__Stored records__
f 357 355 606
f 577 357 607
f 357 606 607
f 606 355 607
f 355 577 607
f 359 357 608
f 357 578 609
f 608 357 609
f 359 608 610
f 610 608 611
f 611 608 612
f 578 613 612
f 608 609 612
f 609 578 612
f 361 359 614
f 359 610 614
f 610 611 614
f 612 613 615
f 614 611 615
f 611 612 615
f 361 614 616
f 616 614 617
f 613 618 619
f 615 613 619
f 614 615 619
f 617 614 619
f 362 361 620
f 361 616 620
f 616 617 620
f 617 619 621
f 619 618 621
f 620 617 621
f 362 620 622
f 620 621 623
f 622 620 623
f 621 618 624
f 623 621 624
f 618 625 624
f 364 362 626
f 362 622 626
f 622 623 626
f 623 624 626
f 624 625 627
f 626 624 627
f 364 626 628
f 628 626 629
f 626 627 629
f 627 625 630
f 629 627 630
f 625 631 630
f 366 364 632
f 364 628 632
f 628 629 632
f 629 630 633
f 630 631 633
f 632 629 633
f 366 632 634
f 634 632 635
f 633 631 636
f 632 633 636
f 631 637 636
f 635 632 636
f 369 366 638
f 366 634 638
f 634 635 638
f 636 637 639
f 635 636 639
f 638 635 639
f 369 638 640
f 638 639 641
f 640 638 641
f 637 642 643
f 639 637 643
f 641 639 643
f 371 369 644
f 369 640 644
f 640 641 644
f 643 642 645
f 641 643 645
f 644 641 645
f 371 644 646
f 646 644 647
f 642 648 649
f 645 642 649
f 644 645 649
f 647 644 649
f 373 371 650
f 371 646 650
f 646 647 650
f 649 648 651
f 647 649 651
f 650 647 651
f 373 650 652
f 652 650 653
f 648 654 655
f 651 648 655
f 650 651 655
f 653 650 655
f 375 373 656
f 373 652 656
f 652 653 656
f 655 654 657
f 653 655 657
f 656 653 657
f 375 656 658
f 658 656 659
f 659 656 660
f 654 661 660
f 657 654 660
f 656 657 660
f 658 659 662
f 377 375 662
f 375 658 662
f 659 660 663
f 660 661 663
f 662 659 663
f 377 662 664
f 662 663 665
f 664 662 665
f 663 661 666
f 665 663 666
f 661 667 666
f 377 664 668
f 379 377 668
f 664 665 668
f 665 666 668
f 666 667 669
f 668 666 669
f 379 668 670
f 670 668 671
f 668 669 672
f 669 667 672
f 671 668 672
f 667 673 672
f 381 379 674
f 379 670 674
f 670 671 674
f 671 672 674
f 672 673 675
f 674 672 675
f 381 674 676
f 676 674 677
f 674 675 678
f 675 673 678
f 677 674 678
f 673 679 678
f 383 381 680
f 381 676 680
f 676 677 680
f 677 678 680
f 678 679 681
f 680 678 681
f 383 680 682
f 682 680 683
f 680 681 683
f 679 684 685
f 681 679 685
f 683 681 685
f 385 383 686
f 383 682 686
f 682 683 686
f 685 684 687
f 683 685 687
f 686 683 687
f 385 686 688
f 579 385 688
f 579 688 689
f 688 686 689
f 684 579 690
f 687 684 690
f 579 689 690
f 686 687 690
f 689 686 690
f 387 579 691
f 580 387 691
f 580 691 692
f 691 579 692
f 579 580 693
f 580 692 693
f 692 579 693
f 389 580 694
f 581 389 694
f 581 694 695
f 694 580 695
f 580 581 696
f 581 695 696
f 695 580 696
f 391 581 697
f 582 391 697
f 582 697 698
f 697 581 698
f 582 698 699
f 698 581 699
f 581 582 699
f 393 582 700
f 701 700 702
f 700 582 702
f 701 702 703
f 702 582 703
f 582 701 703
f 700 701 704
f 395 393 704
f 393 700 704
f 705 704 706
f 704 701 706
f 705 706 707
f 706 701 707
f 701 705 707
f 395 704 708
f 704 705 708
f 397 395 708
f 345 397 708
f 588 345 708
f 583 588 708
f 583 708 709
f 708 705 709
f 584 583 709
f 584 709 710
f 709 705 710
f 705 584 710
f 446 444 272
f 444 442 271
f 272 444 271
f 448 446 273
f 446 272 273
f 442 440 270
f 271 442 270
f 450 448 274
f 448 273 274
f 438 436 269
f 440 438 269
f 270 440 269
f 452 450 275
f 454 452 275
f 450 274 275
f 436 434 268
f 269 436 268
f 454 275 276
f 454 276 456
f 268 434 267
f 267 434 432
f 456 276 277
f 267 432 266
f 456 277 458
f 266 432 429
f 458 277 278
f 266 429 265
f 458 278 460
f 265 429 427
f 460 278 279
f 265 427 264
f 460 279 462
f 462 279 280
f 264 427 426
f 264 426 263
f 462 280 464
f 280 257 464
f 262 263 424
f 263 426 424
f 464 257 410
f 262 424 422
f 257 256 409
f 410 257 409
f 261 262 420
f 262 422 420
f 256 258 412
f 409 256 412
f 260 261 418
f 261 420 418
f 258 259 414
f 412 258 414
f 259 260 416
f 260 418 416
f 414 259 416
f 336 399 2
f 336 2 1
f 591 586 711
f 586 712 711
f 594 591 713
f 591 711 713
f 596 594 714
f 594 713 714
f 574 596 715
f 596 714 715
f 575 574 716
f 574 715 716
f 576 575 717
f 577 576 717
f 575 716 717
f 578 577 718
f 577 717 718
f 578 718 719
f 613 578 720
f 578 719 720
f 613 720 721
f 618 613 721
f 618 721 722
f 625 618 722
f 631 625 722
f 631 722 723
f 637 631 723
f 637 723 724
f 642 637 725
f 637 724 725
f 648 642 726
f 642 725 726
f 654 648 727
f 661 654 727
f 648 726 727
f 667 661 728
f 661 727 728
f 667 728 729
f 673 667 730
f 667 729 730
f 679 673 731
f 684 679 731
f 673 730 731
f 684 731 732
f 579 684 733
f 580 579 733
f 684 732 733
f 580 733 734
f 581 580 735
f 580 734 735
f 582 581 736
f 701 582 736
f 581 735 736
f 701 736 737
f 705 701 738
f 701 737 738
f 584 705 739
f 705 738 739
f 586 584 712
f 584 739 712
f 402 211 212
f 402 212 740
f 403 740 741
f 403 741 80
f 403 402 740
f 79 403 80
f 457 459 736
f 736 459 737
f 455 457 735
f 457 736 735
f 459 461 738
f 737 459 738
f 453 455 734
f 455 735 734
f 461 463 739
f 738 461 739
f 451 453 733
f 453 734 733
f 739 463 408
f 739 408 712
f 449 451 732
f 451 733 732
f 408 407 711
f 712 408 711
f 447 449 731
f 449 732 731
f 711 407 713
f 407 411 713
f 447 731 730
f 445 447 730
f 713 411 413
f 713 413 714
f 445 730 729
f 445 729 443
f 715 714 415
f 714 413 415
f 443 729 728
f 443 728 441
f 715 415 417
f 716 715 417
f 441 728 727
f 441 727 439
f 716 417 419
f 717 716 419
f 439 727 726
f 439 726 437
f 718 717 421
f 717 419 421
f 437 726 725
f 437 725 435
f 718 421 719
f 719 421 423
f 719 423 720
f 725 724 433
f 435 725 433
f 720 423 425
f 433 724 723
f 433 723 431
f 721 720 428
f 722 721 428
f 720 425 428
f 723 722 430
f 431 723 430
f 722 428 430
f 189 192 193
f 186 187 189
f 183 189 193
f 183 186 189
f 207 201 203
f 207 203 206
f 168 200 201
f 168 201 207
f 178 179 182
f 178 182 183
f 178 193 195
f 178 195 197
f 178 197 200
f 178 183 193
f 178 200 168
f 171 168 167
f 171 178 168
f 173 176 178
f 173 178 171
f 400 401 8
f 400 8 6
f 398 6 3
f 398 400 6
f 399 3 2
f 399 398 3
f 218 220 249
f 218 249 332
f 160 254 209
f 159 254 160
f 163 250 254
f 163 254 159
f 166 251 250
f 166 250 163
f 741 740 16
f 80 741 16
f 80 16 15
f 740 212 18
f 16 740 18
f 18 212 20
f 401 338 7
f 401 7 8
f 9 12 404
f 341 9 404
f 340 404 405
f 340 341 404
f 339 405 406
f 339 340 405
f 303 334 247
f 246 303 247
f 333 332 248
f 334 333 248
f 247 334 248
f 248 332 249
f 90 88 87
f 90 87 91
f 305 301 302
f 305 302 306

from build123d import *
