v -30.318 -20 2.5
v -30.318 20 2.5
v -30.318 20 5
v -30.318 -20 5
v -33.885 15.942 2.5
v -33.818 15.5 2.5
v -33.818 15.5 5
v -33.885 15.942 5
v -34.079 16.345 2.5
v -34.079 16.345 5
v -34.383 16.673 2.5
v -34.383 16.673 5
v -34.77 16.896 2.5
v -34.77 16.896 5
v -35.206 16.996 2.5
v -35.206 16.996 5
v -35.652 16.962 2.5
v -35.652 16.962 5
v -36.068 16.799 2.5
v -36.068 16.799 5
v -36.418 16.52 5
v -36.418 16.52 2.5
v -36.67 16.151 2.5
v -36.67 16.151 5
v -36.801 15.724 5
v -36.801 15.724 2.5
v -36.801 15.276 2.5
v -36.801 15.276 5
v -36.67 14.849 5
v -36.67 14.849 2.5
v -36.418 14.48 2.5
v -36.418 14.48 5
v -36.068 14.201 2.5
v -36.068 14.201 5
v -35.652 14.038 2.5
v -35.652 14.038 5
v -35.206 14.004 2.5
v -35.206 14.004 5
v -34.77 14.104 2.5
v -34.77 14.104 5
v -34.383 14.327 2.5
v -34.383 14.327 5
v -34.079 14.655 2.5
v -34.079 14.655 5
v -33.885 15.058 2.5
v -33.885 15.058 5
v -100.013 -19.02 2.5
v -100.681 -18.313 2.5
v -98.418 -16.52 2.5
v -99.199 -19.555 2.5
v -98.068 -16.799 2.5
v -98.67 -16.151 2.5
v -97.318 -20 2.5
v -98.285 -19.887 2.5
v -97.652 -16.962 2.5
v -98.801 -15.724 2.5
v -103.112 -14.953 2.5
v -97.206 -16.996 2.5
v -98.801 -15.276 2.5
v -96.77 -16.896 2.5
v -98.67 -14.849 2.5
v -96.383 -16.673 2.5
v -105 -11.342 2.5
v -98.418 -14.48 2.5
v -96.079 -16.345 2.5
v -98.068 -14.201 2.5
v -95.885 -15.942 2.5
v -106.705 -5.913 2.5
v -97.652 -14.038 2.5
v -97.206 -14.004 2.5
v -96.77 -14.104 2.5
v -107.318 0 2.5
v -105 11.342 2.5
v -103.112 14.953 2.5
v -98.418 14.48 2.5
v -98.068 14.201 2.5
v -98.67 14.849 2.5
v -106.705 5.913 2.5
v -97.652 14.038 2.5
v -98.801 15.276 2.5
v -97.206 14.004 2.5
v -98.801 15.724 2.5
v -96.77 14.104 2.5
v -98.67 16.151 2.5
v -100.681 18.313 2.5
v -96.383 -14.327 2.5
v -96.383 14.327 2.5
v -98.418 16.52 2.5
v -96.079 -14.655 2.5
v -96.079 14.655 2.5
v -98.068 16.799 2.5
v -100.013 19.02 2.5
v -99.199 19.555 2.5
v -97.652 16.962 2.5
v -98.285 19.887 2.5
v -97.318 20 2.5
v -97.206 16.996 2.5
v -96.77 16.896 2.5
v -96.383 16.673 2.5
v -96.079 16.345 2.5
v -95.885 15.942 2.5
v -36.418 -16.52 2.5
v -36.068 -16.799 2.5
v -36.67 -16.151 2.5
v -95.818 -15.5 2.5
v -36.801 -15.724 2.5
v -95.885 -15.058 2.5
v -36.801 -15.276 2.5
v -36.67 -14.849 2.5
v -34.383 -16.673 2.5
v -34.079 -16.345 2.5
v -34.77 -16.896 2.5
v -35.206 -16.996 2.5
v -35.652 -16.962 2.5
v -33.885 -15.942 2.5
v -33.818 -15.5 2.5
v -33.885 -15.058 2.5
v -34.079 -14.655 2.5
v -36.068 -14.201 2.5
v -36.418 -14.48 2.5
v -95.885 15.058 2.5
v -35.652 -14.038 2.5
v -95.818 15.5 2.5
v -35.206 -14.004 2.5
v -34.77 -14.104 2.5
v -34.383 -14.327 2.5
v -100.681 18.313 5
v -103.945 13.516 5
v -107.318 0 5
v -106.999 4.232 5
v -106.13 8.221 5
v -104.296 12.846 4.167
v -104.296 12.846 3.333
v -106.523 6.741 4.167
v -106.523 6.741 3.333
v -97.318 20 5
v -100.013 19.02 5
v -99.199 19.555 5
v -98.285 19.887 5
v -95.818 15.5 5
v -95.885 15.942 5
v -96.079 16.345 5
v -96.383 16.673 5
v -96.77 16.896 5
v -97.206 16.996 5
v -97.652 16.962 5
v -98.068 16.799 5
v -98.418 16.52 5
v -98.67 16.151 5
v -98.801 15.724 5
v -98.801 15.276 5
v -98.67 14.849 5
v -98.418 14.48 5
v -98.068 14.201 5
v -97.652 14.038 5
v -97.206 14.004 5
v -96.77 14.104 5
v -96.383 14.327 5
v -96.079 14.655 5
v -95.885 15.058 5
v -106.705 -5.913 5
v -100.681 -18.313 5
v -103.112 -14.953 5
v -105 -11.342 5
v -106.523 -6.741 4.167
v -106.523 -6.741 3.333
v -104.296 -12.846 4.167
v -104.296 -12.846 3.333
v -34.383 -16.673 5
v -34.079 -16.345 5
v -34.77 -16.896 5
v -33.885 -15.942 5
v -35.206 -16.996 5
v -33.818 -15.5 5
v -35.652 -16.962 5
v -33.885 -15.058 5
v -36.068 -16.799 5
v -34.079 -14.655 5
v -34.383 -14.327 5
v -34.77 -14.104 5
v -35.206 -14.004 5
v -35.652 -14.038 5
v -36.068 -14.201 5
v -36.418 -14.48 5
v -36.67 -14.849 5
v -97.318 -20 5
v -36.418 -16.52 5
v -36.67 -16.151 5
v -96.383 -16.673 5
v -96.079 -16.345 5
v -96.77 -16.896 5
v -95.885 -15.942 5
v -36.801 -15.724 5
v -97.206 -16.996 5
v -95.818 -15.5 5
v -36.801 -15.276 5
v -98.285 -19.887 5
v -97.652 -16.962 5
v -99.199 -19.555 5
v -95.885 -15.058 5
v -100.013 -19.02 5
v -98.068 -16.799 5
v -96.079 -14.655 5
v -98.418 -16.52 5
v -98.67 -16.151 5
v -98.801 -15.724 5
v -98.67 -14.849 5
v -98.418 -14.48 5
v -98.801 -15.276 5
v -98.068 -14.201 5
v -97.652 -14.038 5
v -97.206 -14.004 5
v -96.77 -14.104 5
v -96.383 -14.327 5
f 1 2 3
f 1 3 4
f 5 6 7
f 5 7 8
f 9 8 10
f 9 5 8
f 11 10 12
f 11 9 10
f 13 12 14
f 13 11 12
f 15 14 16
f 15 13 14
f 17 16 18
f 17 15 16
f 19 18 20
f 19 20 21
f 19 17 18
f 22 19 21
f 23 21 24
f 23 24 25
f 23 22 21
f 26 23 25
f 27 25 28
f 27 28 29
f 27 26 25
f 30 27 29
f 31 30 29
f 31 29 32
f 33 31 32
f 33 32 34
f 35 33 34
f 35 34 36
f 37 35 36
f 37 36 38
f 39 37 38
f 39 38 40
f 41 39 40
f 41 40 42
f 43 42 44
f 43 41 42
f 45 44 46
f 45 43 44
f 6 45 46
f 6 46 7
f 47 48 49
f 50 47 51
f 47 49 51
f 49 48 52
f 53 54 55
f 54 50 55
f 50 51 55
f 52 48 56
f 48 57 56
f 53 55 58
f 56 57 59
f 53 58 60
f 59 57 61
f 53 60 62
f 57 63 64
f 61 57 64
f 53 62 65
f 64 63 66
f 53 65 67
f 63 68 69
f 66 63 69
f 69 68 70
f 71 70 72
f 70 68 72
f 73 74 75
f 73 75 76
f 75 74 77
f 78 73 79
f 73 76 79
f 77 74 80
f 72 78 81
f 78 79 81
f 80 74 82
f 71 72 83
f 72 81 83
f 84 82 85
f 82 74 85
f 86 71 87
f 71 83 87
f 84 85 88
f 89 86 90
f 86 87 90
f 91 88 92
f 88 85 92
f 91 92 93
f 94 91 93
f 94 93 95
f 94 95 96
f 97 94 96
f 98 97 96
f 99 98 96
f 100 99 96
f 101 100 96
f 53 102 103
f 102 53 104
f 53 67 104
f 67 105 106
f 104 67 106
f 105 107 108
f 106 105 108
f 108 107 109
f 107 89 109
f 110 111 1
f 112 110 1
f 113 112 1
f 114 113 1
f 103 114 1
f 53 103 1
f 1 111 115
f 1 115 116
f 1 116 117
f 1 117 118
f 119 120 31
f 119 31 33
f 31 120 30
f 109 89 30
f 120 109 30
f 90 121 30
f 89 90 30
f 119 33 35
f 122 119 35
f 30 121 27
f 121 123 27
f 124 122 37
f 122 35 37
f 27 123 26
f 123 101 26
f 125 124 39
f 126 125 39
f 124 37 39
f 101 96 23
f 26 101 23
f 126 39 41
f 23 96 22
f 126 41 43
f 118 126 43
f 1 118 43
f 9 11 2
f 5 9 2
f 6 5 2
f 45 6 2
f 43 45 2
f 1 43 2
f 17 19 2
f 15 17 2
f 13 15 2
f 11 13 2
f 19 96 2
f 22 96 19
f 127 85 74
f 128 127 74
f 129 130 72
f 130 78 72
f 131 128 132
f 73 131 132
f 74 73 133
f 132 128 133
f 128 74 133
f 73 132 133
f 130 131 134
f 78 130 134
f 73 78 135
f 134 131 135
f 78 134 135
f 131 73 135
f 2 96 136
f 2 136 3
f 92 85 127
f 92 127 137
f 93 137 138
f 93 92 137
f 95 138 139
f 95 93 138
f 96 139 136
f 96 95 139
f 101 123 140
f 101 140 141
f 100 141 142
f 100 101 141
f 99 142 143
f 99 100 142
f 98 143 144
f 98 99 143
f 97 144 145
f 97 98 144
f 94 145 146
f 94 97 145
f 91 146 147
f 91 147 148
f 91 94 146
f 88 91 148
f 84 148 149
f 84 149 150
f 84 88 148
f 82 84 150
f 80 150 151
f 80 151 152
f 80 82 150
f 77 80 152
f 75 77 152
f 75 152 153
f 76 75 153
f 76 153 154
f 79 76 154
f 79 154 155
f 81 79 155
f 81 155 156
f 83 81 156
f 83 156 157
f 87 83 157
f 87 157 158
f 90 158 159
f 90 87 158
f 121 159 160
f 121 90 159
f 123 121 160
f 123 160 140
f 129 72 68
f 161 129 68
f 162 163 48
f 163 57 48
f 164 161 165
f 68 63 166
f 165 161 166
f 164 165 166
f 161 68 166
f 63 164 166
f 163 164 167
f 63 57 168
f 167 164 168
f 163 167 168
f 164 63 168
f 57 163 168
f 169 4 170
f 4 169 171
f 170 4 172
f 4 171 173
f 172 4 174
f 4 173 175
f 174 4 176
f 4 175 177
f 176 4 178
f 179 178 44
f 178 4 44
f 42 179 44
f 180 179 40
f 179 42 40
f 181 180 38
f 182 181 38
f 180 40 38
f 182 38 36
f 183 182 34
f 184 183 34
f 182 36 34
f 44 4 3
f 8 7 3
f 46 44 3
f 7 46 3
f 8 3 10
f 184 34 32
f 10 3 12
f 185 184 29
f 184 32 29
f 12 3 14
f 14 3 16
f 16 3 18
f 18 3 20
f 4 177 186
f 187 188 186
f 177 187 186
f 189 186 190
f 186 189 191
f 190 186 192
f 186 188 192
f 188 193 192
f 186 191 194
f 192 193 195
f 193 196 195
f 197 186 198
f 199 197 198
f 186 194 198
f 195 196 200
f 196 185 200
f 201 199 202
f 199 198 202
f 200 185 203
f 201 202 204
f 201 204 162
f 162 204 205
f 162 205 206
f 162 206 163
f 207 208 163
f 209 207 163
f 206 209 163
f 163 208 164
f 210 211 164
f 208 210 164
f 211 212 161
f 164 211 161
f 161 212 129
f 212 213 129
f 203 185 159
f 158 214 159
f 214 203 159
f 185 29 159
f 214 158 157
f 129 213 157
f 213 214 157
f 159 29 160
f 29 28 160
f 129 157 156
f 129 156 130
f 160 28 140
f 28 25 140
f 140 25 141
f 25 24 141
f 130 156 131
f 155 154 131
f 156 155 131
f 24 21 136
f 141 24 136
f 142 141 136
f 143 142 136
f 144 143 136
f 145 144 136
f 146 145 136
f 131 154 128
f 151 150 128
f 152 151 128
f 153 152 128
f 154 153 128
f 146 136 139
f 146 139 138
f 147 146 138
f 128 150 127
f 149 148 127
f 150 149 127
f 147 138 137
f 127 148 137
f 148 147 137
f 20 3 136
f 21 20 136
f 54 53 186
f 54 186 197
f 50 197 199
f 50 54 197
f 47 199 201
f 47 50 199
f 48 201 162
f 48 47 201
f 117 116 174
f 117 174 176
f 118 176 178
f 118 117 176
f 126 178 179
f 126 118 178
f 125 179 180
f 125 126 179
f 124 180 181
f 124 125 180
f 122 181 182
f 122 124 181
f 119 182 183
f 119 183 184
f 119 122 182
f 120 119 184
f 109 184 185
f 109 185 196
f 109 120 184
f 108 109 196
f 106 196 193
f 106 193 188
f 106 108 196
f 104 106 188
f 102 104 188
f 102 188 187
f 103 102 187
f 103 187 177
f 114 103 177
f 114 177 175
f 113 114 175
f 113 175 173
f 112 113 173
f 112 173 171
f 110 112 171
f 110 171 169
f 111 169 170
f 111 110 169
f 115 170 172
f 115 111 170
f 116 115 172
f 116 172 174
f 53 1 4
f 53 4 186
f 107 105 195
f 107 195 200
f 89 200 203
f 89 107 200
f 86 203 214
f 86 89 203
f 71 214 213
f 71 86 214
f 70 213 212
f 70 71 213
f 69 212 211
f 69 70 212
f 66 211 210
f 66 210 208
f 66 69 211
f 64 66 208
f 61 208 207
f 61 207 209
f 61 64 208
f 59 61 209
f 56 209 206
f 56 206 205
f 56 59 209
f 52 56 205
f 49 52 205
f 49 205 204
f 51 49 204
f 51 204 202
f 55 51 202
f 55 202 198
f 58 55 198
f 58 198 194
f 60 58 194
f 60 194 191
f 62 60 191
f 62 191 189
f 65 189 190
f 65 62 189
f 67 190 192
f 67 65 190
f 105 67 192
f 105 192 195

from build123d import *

# Parameters (mm, degrees)
CROQUIS1_R              = 2.25
CROQUIS1_R_2            = 3
CROQUIS1_R_3            = 1.5
CROQUIS1_R_4            = 2.249997567
SALIENTE_EXTRUIR1_DEPTH = 2.5
CROQUIS2_R              = 1.5
SALIENTE_EXTRUIR2_DEPTH = 2.5
CORTAR_EXTRUIR3_START   = -2.5
CROQUIS3_W              = 193.648563709
CROQUIS3_H              = 122.889896528
CORTAR_EXTRUIR3_DEPTH   = 2.5


with BuildPart() as part:
    # Croquis1 → Saliente-Extruir1 (new body)
    with BuildSketch(Plane.XY):
        with BuildLine():
            Line((-29.502526327, -44.949972179), (-23.17778065, -37.243838032))
            ThreePointArc((-23.17778065, -37.243838032), (-18.839723212, -32.444384768), (-14.046056443, -28.099933953))
            ThreePointArc((-14.046056443, -28.099933953), (-12.991422185, -27.658257217), (-11.867164621, -27.866527921))
            ThreePointArc((-11.867164621, -27.866527921), (-11.203313373, -28.112469078), (-10.500314, -28.196))
            Line((-10.500314, -28.196), (10.499686, -28.196))
            ThreePointArc((10.499686, -28.196), (11.203007921, -28.112542722), (11.867164264, -27.866528101))
            ThreePointArc((11.867164264, -27.866528101), (12.991422421, -27.658256674), (14.046057406, -28.099933523))
            ThreePointArc((14.046057406, -28.099933523), (18.839775902, -32.444337151), (23.177889012, -37.243749049))
            Line((23.177889012, -37.243749049), (29.502526012, -44.949972049))
            ThreePointArc((29.502526012, -44.949972049), (40.113877497, -46.255199126), (41.931739547, -35.719556022))
            Line((41.931739547, -35.719556022), (21.72923101, -5.566101046))
            ThreePointArc((21.72923101, -5.566101046), (20.036969431, -9.5e-08), (21.729230693, 5.566100954))
            Line((21.729230693, 5.566100954), (41.931739693, 35.719555954))
            ThreePointArc((41.931739693, 35.719555954), (40.113877277, 46.255198335), (29.502526336, 44.949972165))
            Line((29.502526336, 44.949972165), (23.17778065, 37.243838007))
            ThreePointArc((23.17778065, 37.243838007), (18.839723212, 32.444384742), (14.046056443, 28.099933927))
            ThreePointArc((14.046056443, 28.099933927), (12.991421988, 27.658257139), (11.867164252, 27.866528027))
            ThreePointArc((11.867164252, 27.866528027), (11.203313175, 28.112469073), (10.500314, 28.195999974))
            Line((10.500314, 28.195999974), (-10.500314, 28.195999974))
            ThreePointArc((-10.500314, 28.195999974), (-11.203313178, 28.112469098), (-11.867164264, 27.866528075))
            ThreePointArc((-11.867164264, 27.866528075), (-12.991422421, 27.658256648), (-14.046057406, 28.099933497))
            ThreePointArc((-14.046057406, 28.099933497), (-18.839775902, 32.444337126), (-23.177889012, 37.243749023))
            Line((-23.177889012, 37.243749023), (-29.502526012, 44.949972023))
            ThreePointArc((-29.502526012, 44.949972023), (-40.146302424, 46.230987494), (-41.886340556, 35.652554517))
            ThreePointArc((-41.886340556, 35.652554517), (-41.288874902, 25.337679941), (-50.13550001, 20.000000021))
            Line((-50.13550001, 20.000000021), (-97.31807601, 20.000000021))
            ThreePointArc((-97.31807601, 20.000000021), (-99.1994919, 19.554558541), (-100.681450855, 18.312809163))
            add(Edge.make_bspline(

__WHAT THE TASK ASKS__
Retype the first line of the entries and every line after it, please, through the line that contains "f 647 649 651". Add nothing.

__WRITTEN RESPONSE__
f 357 355 606
f 577 357 607
f 357 606 607
f 606 355 607
f 355 577 607
f 359 357 608
f 357 578 609
f 608 357 609
f 359 608 610
f 610 608 611
f 611 608 612
f 578 613 612
f 608 609 612
f 609 578 612
f 361 359 614
f 359 610 614
f 610 611 614
f 612 613 615
f 614 611 615
f 611 612 615
f 361 614 616
f 616 614 617
f 613 618 619
f 615 613 619
f 614 615 619
f 617 614 619
f 362 361 620
f 361 616 620
f 616 617 620
f 617 619 621
f 619 618 621
f 620 617 621
f 362 620 622
f 620 621 623
f 622 620 623
f 621 618 624
f 623 621 624
f 618 625 624
f 364 362 626
f 362 622 626
f 622 623 626
f 623 624 626
f 624 625 627
f 626 624 627
f 364 626 628
f 628 626 629
f 626 627 629
f 627 625 630
f 629 627 630
f 625 631 630
f 366 364 632
f 364 628 632
f 628 629 632
f 629 630 633
f 630 631 633
f 632 629 633
f 366 632 634
f 634 632 635
f 633 631 636
f 632 633 636
f 631 637 636
f 635 632 636
f 369 366 638
f 366 634 638
f 634 635 638
f 636 637 639
f 635 636 639
f 638 635 639
f 369 638 640
f 638 639 641
f 640 638 641
f 637 642 643
f 639 637 643
f 641 639 643
f 371 369 644
f 369 640 644
f 640 641 644
f 643 642 645
f 641 643 645
f 644 641 645
f 371 644 646
f 646 644 647
f 642 648 649
f 645 642 649
f 644 645 649
f 647 644 649
f 373 371 650
f 371 646 650
f 646 647 650
f 649 648 651
f 647 649 651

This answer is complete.